▸ **DIRECTIONS FOR THIS TASK**
Lines before the one containing "f 143 474 478" in the records below are to be left out; that line and all after it, through the end, are to be retyped exactly.

== RECORDS FOR THE EXERCISE

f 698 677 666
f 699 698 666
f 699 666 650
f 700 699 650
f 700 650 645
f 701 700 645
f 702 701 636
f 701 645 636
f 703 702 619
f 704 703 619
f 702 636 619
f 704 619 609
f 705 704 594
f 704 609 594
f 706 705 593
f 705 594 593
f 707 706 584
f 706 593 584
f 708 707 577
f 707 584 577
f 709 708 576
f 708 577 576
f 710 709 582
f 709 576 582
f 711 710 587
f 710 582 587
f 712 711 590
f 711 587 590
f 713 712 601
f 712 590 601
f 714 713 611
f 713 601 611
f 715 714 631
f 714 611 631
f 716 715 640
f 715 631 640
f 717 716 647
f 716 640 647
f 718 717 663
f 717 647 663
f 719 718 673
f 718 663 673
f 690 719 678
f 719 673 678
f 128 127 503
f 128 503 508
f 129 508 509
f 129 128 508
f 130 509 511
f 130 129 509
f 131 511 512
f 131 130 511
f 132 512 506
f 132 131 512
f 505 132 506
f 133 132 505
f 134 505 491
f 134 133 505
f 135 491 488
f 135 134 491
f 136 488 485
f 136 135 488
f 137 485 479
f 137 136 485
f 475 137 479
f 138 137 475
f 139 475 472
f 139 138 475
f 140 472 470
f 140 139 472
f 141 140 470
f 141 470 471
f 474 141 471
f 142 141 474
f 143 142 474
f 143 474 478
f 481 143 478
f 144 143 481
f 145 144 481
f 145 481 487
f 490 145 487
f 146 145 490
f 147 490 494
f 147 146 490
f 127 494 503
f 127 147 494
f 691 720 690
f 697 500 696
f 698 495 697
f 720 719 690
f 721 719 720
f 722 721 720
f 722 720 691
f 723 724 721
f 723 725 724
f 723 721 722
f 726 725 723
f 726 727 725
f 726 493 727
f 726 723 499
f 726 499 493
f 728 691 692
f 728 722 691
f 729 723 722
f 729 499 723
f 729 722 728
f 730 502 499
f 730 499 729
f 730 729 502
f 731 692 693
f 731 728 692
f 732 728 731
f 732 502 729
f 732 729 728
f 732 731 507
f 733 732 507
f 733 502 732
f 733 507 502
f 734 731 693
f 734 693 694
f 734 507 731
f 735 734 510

====

▸ **TASK ANSWER**
f 143 474 478
f 481 143 478
f 144 143 481
f 145 144 481
f 145 481 487
f 490 145 487
f 146 145 490
f 147 490 494
f 147 146 490
f 127 494 503
f 127 147 494
f 691 720 690
f 697 500 696
f 698 495 697
f 720 719 690
f 721 719 720
f 722 721 720
f 722 720 691
f 723 724 721
f 723 725 724
f 723 721 722
f 726 725 723
f 726 727 725
f 726 493 727
f 726 723 499
f 726 499 493
f 728 691 692
f 728 722 691
f 729 723 722
f 729 499 723
f 729 722 728
f 730 502 499
f 730 499 729
f 730 729 502
f 731 692 693
f 731 728 692
f 732 728 731
f 732 502 729
f 732 729 728
f 732 731 507
f 733 732 507
f 733 502 732
f 733 507 502
f 734 731 693
f 734 693 694
f 734 507 731
f 735 734 510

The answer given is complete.